§ Problem to work on:
Of the entries below, copy only those lines that contain the word "Mode".

§ Data provided:
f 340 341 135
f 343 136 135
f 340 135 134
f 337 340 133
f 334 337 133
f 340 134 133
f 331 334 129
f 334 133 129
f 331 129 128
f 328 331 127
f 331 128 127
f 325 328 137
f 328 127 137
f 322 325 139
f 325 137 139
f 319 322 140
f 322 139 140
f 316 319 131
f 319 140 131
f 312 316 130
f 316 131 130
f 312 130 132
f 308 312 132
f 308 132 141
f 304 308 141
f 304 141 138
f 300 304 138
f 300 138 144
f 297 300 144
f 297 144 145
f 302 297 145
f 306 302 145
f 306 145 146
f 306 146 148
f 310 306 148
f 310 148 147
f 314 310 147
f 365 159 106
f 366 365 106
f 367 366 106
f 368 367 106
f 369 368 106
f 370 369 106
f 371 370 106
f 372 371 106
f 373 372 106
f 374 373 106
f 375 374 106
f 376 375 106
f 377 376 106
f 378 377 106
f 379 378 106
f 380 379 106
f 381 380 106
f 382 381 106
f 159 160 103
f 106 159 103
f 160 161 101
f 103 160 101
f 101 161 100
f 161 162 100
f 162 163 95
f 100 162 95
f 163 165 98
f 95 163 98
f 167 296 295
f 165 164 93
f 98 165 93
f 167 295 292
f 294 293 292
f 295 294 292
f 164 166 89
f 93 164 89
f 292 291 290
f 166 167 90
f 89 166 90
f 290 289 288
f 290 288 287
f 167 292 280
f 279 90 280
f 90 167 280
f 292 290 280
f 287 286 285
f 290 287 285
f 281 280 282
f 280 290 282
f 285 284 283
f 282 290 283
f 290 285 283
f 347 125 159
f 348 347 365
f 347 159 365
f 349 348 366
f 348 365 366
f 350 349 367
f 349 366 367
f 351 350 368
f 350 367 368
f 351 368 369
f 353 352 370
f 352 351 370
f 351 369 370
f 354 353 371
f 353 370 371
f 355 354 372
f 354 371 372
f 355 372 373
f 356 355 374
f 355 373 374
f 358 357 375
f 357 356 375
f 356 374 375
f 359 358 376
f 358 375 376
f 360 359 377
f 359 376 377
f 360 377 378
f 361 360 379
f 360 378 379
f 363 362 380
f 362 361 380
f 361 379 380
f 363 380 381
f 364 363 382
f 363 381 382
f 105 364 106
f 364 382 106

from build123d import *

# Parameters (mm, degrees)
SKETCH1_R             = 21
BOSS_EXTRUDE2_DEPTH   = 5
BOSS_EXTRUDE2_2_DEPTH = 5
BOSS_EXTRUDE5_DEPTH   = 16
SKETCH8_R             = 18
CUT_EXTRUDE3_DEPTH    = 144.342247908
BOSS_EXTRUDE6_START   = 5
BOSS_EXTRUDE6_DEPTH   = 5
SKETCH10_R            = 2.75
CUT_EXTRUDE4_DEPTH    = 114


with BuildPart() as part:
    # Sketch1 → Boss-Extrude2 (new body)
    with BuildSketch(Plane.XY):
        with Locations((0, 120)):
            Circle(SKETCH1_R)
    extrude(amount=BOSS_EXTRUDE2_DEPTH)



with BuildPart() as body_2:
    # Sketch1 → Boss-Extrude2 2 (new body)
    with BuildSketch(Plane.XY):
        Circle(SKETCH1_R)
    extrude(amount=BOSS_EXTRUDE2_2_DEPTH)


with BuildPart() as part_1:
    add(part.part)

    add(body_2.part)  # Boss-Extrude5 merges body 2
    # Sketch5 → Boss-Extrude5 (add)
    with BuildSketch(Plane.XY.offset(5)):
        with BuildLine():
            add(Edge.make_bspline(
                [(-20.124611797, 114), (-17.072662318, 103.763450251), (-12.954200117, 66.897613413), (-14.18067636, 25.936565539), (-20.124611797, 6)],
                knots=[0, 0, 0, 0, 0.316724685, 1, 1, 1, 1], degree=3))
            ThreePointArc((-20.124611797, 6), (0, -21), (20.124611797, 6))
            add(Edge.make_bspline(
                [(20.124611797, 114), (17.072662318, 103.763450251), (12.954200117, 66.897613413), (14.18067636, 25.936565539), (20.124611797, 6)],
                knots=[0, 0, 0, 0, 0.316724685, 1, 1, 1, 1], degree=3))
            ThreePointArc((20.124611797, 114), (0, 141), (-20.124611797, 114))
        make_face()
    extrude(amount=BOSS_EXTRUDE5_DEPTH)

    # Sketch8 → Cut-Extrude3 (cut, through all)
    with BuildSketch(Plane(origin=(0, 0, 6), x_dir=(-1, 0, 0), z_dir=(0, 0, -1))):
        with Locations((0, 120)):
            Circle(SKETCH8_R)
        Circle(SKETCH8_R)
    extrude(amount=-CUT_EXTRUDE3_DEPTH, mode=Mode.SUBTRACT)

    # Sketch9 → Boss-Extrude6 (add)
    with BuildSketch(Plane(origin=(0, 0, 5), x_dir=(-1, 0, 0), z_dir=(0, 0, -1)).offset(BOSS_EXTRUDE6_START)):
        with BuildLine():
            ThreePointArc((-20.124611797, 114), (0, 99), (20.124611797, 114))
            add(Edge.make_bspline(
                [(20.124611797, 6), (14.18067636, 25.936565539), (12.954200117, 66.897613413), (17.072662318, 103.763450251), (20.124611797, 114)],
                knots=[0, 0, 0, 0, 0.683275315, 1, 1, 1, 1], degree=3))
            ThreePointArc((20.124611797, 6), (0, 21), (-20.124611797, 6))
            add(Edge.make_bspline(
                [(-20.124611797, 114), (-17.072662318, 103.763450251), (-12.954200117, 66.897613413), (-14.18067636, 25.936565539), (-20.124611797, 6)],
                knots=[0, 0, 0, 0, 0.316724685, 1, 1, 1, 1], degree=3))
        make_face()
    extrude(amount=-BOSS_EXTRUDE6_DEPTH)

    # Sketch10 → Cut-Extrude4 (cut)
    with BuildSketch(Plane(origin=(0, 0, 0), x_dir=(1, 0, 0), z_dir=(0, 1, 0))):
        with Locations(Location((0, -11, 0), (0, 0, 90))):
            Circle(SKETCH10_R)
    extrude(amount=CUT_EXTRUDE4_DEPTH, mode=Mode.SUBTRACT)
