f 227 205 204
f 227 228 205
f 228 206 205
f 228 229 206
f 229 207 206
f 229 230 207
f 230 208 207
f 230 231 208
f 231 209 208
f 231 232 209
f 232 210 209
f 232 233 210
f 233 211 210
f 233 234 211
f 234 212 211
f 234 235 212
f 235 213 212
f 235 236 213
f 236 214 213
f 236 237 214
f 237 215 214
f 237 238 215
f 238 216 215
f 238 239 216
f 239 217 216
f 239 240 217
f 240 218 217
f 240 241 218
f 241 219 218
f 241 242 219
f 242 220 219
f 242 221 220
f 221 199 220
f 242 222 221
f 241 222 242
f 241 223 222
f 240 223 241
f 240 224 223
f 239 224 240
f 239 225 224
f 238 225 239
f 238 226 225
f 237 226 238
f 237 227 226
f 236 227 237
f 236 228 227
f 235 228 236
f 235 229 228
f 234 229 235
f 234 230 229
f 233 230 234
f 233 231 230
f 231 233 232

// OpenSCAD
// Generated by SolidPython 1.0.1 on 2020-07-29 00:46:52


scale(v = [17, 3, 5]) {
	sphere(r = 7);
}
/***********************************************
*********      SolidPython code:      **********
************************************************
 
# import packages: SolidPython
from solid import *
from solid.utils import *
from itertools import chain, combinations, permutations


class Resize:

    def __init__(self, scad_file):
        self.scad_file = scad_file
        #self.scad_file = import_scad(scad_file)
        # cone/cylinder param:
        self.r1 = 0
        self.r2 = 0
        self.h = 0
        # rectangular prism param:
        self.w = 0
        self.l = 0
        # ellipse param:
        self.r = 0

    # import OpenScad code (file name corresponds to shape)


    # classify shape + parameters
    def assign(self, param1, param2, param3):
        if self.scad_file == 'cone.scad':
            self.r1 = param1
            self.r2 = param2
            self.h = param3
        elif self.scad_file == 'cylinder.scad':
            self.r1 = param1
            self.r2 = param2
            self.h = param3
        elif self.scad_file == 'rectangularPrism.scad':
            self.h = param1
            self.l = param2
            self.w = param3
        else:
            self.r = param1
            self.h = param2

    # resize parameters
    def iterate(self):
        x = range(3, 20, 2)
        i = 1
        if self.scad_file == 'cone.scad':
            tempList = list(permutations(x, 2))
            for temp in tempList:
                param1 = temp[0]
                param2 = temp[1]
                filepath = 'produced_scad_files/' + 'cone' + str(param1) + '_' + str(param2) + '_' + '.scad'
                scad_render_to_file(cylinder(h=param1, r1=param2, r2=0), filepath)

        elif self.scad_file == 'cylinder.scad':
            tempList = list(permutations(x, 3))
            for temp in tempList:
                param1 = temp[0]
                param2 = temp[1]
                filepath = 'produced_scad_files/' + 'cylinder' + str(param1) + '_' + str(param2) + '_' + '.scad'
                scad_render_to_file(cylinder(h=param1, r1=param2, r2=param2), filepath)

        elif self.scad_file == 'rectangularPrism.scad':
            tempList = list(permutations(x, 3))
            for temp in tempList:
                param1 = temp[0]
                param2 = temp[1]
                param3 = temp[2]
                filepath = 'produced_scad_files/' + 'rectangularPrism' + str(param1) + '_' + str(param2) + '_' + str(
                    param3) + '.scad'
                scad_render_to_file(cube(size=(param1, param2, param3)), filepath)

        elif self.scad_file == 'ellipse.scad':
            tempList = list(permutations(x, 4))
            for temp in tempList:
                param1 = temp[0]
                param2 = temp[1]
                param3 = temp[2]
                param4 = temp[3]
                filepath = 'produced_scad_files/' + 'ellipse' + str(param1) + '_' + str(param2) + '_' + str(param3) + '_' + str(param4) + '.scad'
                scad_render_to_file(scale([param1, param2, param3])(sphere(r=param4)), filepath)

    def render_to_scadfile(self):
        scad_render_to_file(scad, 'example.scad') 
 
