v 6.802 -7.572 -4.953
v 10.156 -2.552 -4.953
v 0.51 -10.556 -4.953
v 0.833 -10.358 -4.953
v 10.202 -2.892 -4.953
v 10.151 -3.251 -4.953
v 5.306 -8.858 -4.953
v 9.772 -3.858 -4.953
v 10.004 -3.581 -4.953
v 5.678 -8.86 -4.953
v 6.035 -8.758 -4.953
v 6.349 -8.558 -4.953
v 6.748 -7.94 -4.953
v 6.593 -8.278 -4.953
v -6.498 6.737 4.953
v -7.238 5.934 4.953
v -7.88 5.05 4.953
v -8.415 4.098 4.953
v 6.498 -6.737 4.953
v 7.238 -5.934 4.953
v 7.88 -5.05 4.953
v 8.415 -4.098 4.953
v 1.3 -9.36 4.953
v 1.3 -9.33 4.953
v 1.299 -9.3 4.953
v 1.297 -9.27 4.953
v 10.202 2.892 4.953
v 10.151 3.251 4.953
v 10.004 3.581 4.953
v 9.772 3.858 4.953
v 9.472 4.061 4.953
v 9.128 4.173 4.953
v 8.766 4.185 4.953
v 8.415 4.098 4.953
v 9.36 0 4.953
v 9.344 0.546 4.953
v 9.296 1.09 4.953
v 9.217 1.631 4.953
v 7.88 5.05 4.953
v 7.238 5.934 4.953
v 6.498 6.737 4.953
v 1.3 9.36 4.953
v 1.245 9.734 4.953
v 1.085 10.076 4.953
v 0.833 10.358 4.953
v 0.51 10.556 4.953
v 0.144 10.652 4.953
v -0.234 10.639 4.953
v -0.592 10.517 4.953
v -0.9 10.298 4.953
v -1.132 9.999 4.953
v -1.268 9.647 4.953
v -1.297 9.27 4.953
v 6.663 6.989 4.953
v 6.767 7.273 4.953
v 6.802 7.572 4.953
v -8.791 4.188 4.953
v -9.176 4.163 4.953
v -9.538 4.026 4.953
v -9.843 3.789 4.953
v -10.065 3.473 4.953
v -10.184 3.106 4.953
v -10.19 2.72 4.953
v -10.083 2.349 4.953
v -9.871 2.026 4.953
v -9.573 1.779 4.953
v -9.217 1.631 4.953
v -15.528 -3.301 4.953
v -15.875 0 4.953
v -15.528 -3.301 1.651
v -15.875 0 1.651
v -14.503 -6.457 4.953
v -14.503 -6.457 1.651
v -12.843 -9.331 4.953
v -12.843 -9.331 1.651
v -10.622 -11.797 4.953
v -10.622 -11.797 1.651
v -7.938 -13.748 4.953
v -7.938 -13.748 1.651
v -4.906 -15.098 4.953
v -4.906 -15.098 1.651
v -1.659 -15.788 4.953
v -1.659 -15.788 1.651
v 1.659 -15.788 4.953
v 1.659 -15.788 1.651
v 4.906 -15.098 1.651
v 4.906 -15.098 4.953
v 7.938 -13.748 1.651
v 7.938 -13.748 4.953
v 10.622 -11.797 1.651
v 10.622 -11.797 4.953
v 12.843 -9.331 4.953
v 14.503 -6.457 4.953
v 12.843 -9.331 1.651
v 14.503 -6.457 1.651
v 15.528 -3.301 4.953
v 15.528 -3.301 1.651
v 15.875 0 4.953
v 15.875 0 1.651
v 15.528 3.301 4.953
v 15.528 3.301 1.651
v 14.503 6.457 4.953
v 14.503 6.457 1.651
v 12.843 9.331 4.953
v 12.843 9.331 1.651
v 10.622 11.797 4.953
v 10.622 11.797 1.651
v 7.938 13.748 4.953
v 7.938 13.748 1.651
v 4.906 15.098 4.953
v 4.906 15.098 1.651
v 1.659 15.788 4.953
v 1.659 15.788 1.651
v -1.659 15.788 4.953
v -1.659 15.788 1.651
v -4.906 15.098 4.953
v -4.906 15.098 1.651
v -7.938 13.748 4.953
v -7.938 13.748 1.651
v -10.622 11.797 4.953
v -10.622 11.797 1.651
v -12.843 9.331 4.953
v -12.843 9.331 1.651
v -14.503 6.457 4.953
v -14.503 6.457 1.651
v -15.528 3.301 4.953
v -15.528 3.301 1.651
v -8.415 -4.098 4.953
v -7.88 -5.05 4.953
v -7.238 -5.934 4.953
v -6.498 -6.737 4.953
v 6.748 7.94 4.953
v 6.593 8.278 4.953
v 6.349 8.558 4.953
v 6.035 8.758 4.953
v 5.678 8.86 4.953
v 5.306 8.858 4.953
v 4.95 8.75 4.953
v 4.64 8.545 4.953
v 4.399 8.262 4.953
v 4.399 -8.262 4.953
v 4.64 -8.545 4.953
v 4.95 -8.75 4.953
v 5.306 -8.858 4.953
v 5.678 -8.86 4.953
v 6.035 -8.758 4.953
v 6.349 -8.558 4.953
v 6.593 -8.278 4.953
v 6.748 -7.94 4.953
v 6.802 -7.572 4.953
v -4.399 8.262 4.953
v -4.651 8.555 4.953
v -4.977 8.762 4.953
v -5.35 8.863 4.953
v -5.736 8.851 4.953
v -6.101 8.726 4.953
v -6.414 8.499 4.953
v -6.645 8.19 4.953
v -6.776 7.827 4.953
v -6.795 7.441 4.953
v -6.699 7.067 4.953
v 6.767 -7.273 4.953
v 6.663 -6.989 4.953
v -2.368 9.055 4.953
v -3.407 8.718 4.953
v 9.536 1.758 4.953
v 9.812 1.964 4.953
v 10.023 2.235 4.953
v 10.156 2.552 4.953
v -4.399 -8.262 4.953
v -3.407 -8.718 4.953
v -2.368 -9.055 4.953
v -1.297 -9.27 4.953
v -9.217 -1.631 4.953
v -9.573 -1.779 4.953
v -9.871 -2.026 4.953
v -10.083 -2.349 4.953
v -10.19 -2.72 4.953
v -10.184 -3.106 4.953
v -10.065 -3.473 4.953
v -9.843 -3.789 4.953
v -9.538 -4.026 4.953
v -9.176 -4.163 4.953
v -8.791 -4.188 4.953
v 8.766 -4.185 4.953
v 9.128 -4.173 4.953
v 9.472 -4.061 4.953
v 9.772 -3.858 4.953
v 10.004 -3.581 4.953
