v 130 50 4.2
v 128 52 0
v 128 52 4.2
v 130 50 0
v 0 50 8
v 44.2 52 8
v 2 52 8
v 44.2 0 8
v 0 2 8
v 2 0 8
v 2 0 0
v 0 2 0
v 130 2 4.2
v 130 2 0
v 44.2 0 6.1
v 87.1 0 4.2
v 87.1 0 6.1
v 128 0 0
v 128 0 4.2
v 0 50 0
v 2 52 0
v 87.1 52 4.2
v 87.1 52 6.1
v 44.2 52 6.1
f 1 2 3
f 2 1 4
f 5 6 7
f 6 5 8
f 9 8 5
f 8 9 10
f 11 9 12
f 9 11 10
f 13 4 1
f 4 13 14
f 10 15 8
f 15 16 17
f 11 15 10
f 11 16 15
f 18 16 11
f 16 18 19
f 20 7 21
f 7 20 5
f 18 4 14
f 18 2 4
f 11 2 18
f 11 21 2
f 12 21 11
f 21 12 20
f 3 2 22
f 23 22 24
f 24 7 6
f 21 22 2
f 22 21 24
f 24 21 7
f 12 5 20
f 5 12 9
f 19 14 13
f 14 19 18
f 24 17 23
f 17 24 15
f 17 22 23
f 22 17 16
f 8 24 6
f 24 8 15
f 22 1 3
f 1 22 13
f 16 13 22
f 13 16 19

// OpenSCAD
$fn = 32;

// ----------------------------------------------------------------------
// Stepped bar: twostep, 130 x 52 x 8/4.2 mm
// ----------------------------------------------------------------------

// --- parameters (mm) ---
bar_l = 130;              // bar length, X
bar_w = 52;               // bar width, Y
plate_t = 8;              // thickness of the thick zone, Z
thin_t = 4.2;             // thickness of the thin zone
corner_c = 2;             // corner chamfer of the bar
step_cut = 3.8;           // material removed from the thin zone
stair1_x = 44.2;          // position of the first stair
stair2_x = 87.1;          // position of the second stair
mid_t = 6.1;              // thickness of the middle zone
depth_1 = 1.9;            // depth of cut 1 from the top face
depth_2 = 3.8;            // depth of cut 2 from the top face

profile = [[2, 0], [128, 0], [130, 2], [130, 50], [128, 52], [2, 52], [0, 50], [0, 2]];  // primary outline, 8 points, counter clockwise
void_1 = [[44.2, -1], [87.1, -1], [87.1, 53], [44.2, 53]];  // first stair, 4 points
void_2 = [[87.1, -1], [131, -1], [131, 53], [87.1, 53]];  // second stair, 4 points

// --- the one profile operation ---
difference() {
  linear_extrude(height = plate_t) polygon(points = profile);
  translate([0, 0, plate_t - depth_1])
    linear_extrude(height = depth_1 + 1) polygon(points = void_1);
  translate([0, 0, plate_t - depth_2])
    linear_extrude(height = depth_2 + 1) polygon(points = void_2);
}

§ Task result:
    extrude(amount=-CUT_EXTRUDE3_DEPTH, mode=Mode.SUBTRACT)
    extrude(amount=CUT_EXTRUDE4_DEPTH, mode=Mode.SUBTRACT)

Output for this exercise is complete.